ITEM 5.02 DEPARTURE OF DIRECTORS OR CERTAIN OFFICERS; ELECTION OF DIRECTORS; APPOINTMENT OF CERTAIN OFFICERS; COMPENSATORY ARRANGEMENTS OF CERTAIN OFFICERS.
Election of Directors
At a meeting of the Board of Directors (the
“Board”) of Repro Med Systems, Inc. dba RMS Medical Products (“RMS” or the “Company”) held
on December 5, 2018, the Board approved an increase in the size of the Board from seven to nine members. Upon recommendation of
the Board’s Governance and Nomination Committee, the Board appointed Robert Allen and James Beck as new directors to fill
the two resulting vacancies, effective immediately. Mr. Allen and Mr. Beck will serve as directors in accordance with the Company’s
Amended and Restated Bylaws.
Mr. Allen most recently served as President of Coram/CVS Infusion Services, a $1.4 billion infusion services
business, and currently sits on the board of Oceans Healthcare.
Mr. Beck most recently served as the Executive Chairman, President and Chief Executive Officer of Medical
Specialties Distributors (MSD), a significant customer of the Company, which was purchased by McKesson for $800 million in June
2018.
The press release dated December 6, 2018 announcing the events described in the foregoing paragraphs is attached
hereto as Exhibit 99.1 and is incorporated herein by reference.

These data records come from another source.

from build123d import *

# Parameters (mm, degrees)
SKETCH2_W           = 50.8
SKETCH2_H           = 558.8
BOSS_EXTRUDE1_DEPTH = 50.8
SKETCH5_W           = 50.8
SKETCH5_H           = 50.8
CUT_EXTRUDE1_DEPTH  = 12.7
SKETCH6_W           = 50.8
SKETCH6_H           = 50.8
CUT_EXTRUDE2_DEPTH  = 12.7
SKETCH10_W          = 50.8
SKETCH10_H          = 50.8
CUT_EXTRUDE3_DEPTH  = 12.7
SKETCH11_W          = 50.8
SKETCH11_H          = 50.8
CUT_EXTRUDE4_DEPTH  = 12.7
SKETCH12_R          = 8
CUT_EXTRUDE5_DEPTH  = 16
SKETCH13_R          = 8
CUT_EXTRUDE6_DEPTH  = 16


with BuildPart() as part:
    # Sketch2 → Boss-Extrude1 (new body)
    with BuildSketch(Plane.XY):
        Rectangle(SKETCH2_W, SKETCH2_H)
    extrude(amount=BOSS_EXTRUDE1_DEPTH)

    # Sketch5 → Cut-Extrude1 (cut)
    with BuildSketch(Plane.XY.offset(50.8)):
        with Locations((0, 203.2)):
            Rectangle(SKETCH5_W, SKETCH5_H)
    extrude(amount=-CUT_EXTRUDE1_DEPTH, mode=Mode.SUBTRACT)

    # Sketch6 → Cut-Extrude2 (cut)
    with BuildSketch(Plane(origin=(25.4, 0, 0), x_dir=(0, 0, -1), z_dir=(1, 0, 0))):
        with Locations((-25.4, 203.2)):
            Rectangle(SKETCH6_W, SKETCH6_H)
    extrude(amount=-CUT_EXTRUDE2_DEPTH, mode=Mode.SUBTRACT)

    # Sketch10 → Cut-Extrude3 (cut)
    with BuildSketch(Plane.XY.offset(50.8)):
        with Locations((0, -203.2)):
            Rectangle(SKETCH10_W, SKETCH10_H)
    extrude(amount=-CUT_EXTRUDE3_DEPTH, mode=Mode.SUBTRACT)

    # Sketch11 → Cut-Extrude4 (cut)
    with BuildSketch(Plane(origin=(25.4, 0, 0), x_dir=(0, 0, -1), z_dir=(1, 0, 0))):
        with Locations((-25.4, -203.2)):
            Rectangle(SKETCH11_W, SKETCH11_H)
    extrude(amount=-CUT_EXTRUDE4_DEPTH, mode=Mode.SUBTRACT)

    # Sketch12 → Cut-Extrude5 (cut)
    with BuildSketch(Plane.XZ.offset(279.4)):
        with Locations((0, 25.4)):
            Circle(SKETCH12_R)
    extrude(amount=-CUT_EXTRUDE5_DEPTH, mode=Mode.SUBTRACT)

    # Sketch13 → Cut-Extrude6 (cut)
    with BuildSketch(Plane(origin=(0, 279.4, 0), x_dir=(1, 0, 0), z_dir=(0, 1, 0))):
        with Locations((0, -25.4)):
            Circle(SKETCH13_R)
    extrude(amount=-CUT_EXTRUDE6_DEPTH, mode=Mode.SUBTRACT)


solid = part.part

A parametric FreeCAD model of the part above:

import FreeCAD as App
import Part
import Sketcher
Q = App.Units.Quantity

doc = App.newDocument("Part")
params = doc.addObject("Spreadsheet::Sheet", "Params")
for row, (alias, value) in enumerate([
    ("sketch1_width", "2 in"),
    ("sketch1_height", "22 in"),
    ("pad1_length", "2 in"),
    ("sketch2_width", "2 in"),
    ("pocket1_length", "0.5 in"),
    ("sketch3_width", "2 in"),
    ("pocket2_length", "0.5 in"),
    ("sketch4_width", "2 in"),
    ("pocket3_length", "0.5 in"),
    ("sketch5_width", "2 in"),
    ("pocket4_length", "0.5 in"),
    ("pocket5_length", "16 mm"),
    ("pocket6_length", "16 mm"),
], start=1):
    params.set(f"A{row}", alias)
    params.set(f"B{row}", "=" + value)
    params.setAlias(f"B{row}", alias)

body = doc.addObject("PartDesign::Body", "Body")

# Sketch on XY plane
sketch1 = body.newObject("Sketcher::SketchObject", "Sketch")
sketch1.AttachmentSupport = (doc.getObject("XY_Plane"), [""])
sketch1.MapMode = "FlatFace"
sketch1.addGeometry([
    Part.LineSegment(App.Vector(-25.4, 279.4, 0), App.Vector(-25.4, -279.4, 0)),
    Part.LineSegment(App.Vector(-25.4, -279.4, 0), App.Vector(25.4, -279.4, 0)),
    Part.LineSegment(App.Vector(25.4, -279.4, 0), App.Vector(25.4, 279.4, 0)),
    Part.LineSegment(App.Vector(25.4, 279.4, 0), App.Vector(-25.4, 279.4, 0)),
], False)
sketch1.addConstraint([
    Sketcher.Constraint("Coincident", 0, 2, 1, 1),
    Sketcher.Constraint("Coincident", 1, 2, 2, 1),
    Sketcher.Constraint("Coincident", 2, 2, 3, 1),
    Sketcher.Constraint("Coincident", 3, 2, 0, 1),
    Sketcher.Constraint("Vertical", 0),
    Sketcher.Constraint("Horizontal", 1),
    Sketcher.Constraint("Vertical", 2),
    Sketcher.Constraint("Horizontal", 3),
    Sketcher.Constraint("Symmetric", 0, 2, 2, 2, -1, 1),
    Sketcher.Constraint("DistanceX", 1, 1, 1, 2, Q("2 in")),
    Sketcher.Constraint("DistanceY", 0, 2, 0, 1, Q("22 in")),
])
sketch1.setExpression("Constraints[9]", "Params.sketch1_width")
sketch1.setExpression("Constraints[10]", "Params.sketch1_height")
pad1 = body.newObject("PartDesign::Pad", "Pad")
pad1.Profile = sketch1
pad1.setExpression("Length", "Params.pad1_length")

# Sketch on XY plane
sketch2 = body.newObject("Sketcher::SketchObject", "Sketch001")
sketch2.AttachmentSupport = (doc.getObject("XY_Plane"), [""])
sketch2.MapMode = "FlatFace"
sketch2.AttachmentOffset = App.Placement(App.Vector(0, 0, 2 * 25.4), App.Rotation())
sketch2.addGeometry([
    Part.LineSegment(App.Vector(-25.4, 228.6, 0), App.Vector(-25.4, 177.8, 0)),
    Part.LineSegment(App.Vector(-25.4, 177.8, 0), App.Vector(25.4, 177.8, 0)),
    Part.LineSegment(App.Vector(25.4, 177.8, 0), App.Vector(25.4, 228.6, 0)),
    Part.LineSegment(App.Vector(25.4, 228.6, 0), App.Vector(-25.4, 228.6, 0)),
], False)
sketch2.addConstraint([
    Sketcher.Constraint("Coincident", 0, 2, 1, 1),
    Sketcher.Constraint("Coincident", 1, 2, 2, 1),
    Sketcher.Constraint("Coincident", 2, 2, 3, 1),
    Sketcher.Constraint("Coincident", 3, 2, 0, 1),
    Sketcher.Constraint("Vertical", 0),
    Sketcher.Constraint("Horizontal", 1),
    Sketcher.Constraint("Vertical", 2),
    Sketcher.Constraint("Horizontal", 3),
    Sketcher.Constraint("Equal", 3, 0),
    Sketcher.Constraint("DistanceX", 1, 1, 1, 2, Q("2 in")),
    Sketcher.Constraint("DistanceX", 0, 2, -1, 1, Q("1 in")),
    Sketcher.Constraint("DistanceY", -1, 1, 0, 2, Q("7 in")),
])
sketch2.setExpression("Constraints[9]", "Params.sketch2_width")
pocket1 = body.newObject("PartDesign::Pocket", "Pocket")
pocket1.Profile = sketch2
pocket1.setExpression("Length", "Params.pocket1_length")

# Sketch on YZ plane
sketch3 = body.newObject("Sketcher::SketchObject", "Sketch002")
sketch3.AttachmentSupport = (doc.getObject("YZ_Plane"), [""])
sketch3.MapMode = "FlatFace"
sketch3.AttachmentOffset = App.Placement(App.Vector(0, 0, 1 * 25.4), App.Rotation())
sketch3.addGeometry([
    Part.LineSegment(App.Vector(228.6, 50.8, 0), App.Vector(177.8, 50.8, 0)),
    Part.LineSegment(App.Vector(177.8, 50.8, 0), App.Vector(177.8, 0, 0)),
    Part.LineSegment(App.Vector(177.8, 0, 0), App.Vector(228.6, 0, 0)),
    Part.LineSegment(App.Vector(228.6, 0, 0), App.Vector(228.6, 50.8, 0)),
], False)
sketch3.addConstraint([
    Sketcher.Constraint("Coincident", 0, 2, 1, 1),
    Sketcher.Constraint("Coincident", 1, 2, 2, 1),
    Sketcher.Constraint("Coincident", 2, 2, 3, 1),
    Sketcher.Constraint("Coincident", 3, 2, 0, 1),
    Sketcher.Constraint("Horizontal", 0),
    Sketcher.Constraint("Vertical", 1),
    Sketcher.Constraint("Horizontal", 2),
    Sketcher.Constraint("Vertical", 3),
    Sketcher.Constraint("PointOnObject", 1, 2, -1),
    Sketcher.Constraint("Equal", 2, 1),
    Sketcher.Constraint("DistanceX", 0, 2, 0, 1, Q("2 in")),
    Sketcher.Constraint("DistanceX", -1, 1, 0, 2, Q("7 in")),
])
sketch3.setExpression("Constraints[10]", "Params.sketch3_width")
pocket2 = body.newObject("PartDesign::Pocket", "Pocket001")
pocket2.Profile = sketch3
pocket2.setExpression("Length", "Params.pocket2_length")

# Sketch on XY plane
sketch4 = body.newObject("Sketcher::SketchObject", "Sketch003")
sketch4.AttachmentSupport = (doc.getObject("XY_Plane"), [""])
sketch4.MapMode = "FlatFace"
sketch4.AttachmentOffset = App.Placement(App.Vector(0, 0, 2 * 25.4), App.Rotation())
sketch4.addGeometry([
    Part.LineSegment(App.Vector(-25.4, -177.8, 0), App.Vector(-25.4, -228.6, 0)),
    Part.LineSegment(App.Vector(-25.4, -228.6, 0), App.Vector(25.4, -228.6, 0)),
    Part.LineSegment(App.Vector(25.4, -228.6, 0), App.Vector(25.4, -177.8, 0)),
    Part.LineSegment(App.Vector(25.4, -177.8, 0), App.Vector(-25.4, -177.8, 0)),
], False)
sketch4.addConstraint([
    Sketcher.Constraint("Coincident", 0, 2, 1, 1),
    Sketcher.Constraint("Coincident", 1, 2, 2, 1),
    Sketcher.Constraint("Coincident", 2, 2, 3, 1),
    Sketcher.Constraint("Coincident", 3, 2, 0, 1),
    Sketcher.Constraint("Vertical", 0),
    Sketcher.Constraint("Horizontal", 1),
    Sketcher.Constraint("Vertical", 2),
    Sketcher.Constraint("Horizontal", 3),
    Sketcher.Constraint("Equal", 3, 0),
    Sketcher.Constraint("DistanceX", 1, 1, 1, 2, Q("2 in")),
    Sketcher.Constraint("DistanceX", 0, 2, -1, 1, Q("1 in")),
    Sketcher.Constraint("DistanceY", 0, 2, -1, 1, Q("9 in")),
])
sketch4.setExpression("Constraints[9]", "Params.sketch4_width")
pocket3 = body.newObject("PartDesign::Pocket", "Pocket002")
pocket3.Profile = sketch4
pocket3.setExpression("Length", "Params.pocket3_length")

# Sketch on YZ plane
sketch5 = body.newObject("Sketcher::SketchObject", "Sketch004")
sketch5.AttachmentSupport = (doc.getObject("YZ_Plane"), [""])
sketch5.MapMode = "FlatFace"
sketch5.AttachmentOffset = App.Placement(App.Vector(0, 0, 1 * 25.4), App.Rotation())
sketch5.addGeometry([
    Part.LineSegment(App.Vector(-177.8, 50.8, 0), App.Vector(-228.6, 50.8, 0)),
    Part.LineSegment(App.Vector(-228.6, 50.8, 0), App.Vector(-228.6, 0, 0)),
    Part.LineSegment(App.Vector(-228.6, 0, 0), App.Vector(-177.8, 0, 0)),
    Part.LineSegment(App.Vector(-177.8, 0, 0), App.Vector(-177.8, 50.8, 0)),
], False)
sketch5.addConstraint([
    Sketcher.Constraint("Coincident", 0, 2, 1, 1),
    Sketcher.Constraint("Coincident", 1, 2, 2, 1),
    Sketcher.Constraint("Coincident", 2, 2, 3, 1),
    Sketcher.Constraint("Coincident", 3, 2, 0, 1),
    Sketcher.Constraint("Horizontal", 0),
    Sketcher.Constraint("Vertical", 1),
    Sketcher.Constraint("Horizontal", 2),
    Sketcher.Constraint("Vertical", 3),
    Sketcher.Constraint("PointOnObject", 1, 2, -1),
    Sketcher.Constraint("Equal", 2, 1),
    Sketcher.Constraint("DistanceX", 0, 2, 0, 1, Q("2 in")),
    Sketcher.Constraint("DistanceX", 0, 2, -1, 1, Q("9 in")),
])
sketch5.setExpression("Constraints[10]", "Params.sketch5_width")
pocket4 = body.newObject("PartDesign::Pocket", "Pocket003")
pocket4.Profile = sketch5
pocket4.setExpression("Length", "Params.pocket4_length")

# Sketch on XZ plane
sketch6 = body.newObject("Sketcher::SketchObject", "Sketch005")
sketch6.AttachmentSupport = (doc.getObject("XZ_Plane"), [""])
sketch6.MapMode = "FlatFace"
sketch6.AttachmentOffset = App.Placement(App.Vector(0, 0, 11 * 25.4), App.Rotation())
sketch6.addGeometry(Part.Circle(App.Vector(0, 25.4, 0), App.Vector(0, 0, 1), 8), False)
sketch6.addConstraint([
    Sketcher.Constraint("PointOnObject", 0, 3, -2),
    Sketcher.Constraint("DistanceY", -1, 1, 0, 3, Q("1 in")),
    Sketcher.Constraint("Diameter", 0, Q("16 mm")),
])
pocket5 = body.newObject("PartDesign::Pocket", "Pocket004")
pocket5.Profile = sketch6
pocket5.setExpression("Length", "Params.pocket5_length")

# Sketch on XZ plane
sketch7 = body.newObject("Sketcher::SketchObject", "Sketch006")
sketch7.AttachmentSupport = (doc.getObject("XZ_Plane"), [""])
sketch7.MapMode = "FlatFace"
sketch7.AttachmentOffset = App.Placement(App.Vector(0, 0, -11 * 25.4), App.Rotation())
sketch7.addGeometry(Part.Circle(App.Vector(0, 25.4, 0), App.Vector(0, 0, 1), 8), False)
sketch7.addConstraint([
    Sketcher.Constraint("PointOnObject", 0, 3, -2),
    Sketcher.Constraint("DistanceY", -1, 1, 0, 3, Q("1 in")),
    Sketcher.Constraint("Diameter", 0, Q("16 mm")),
])
pocket6 = body.newObject("PartDesign::Pocket", "Pocket005")
pocket6.Profile = sketch7
pocket6.setExpression("Length", "Params.pocket6_length")
pocket6.Reversed = True

doc.recompute()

Appointment of Executive Officer
On December 5, 2018, RMS appointed Manuel (Manny) Marques, age 45, as its Chief Operating Officer, effective
immediately. Mr. Marques has served as the Company’s
Vice President of Operations & Engineering since February 2016, and joined RMS as Director of Manufacturing and Mfg. Engineering
in July 2015. Prior to joining RMS, Mr. Marques Served as Lean Manufacturing Champion at Nobel Biocare Procera LLC, a manufacturer
of dental implants and CAD/CAM-based individualized prosthetics, from February 2013 until joining RMS. Mr. Marques has over 23
years of experience within the dental, medical device, and automotive industries, and holds two U.S. patents for cardiovascular
medical devices. Mr. Marques obtained a BS in Mechanical Engineering Technology and also an MS in Engineering Management from the
New Jersey Institute of Technology.
The press release dated December 6, 2018 announcing the events described in the foregoing paragraphs is attached
hereto as Exhibit 99.1 and is incorporated herein by reference.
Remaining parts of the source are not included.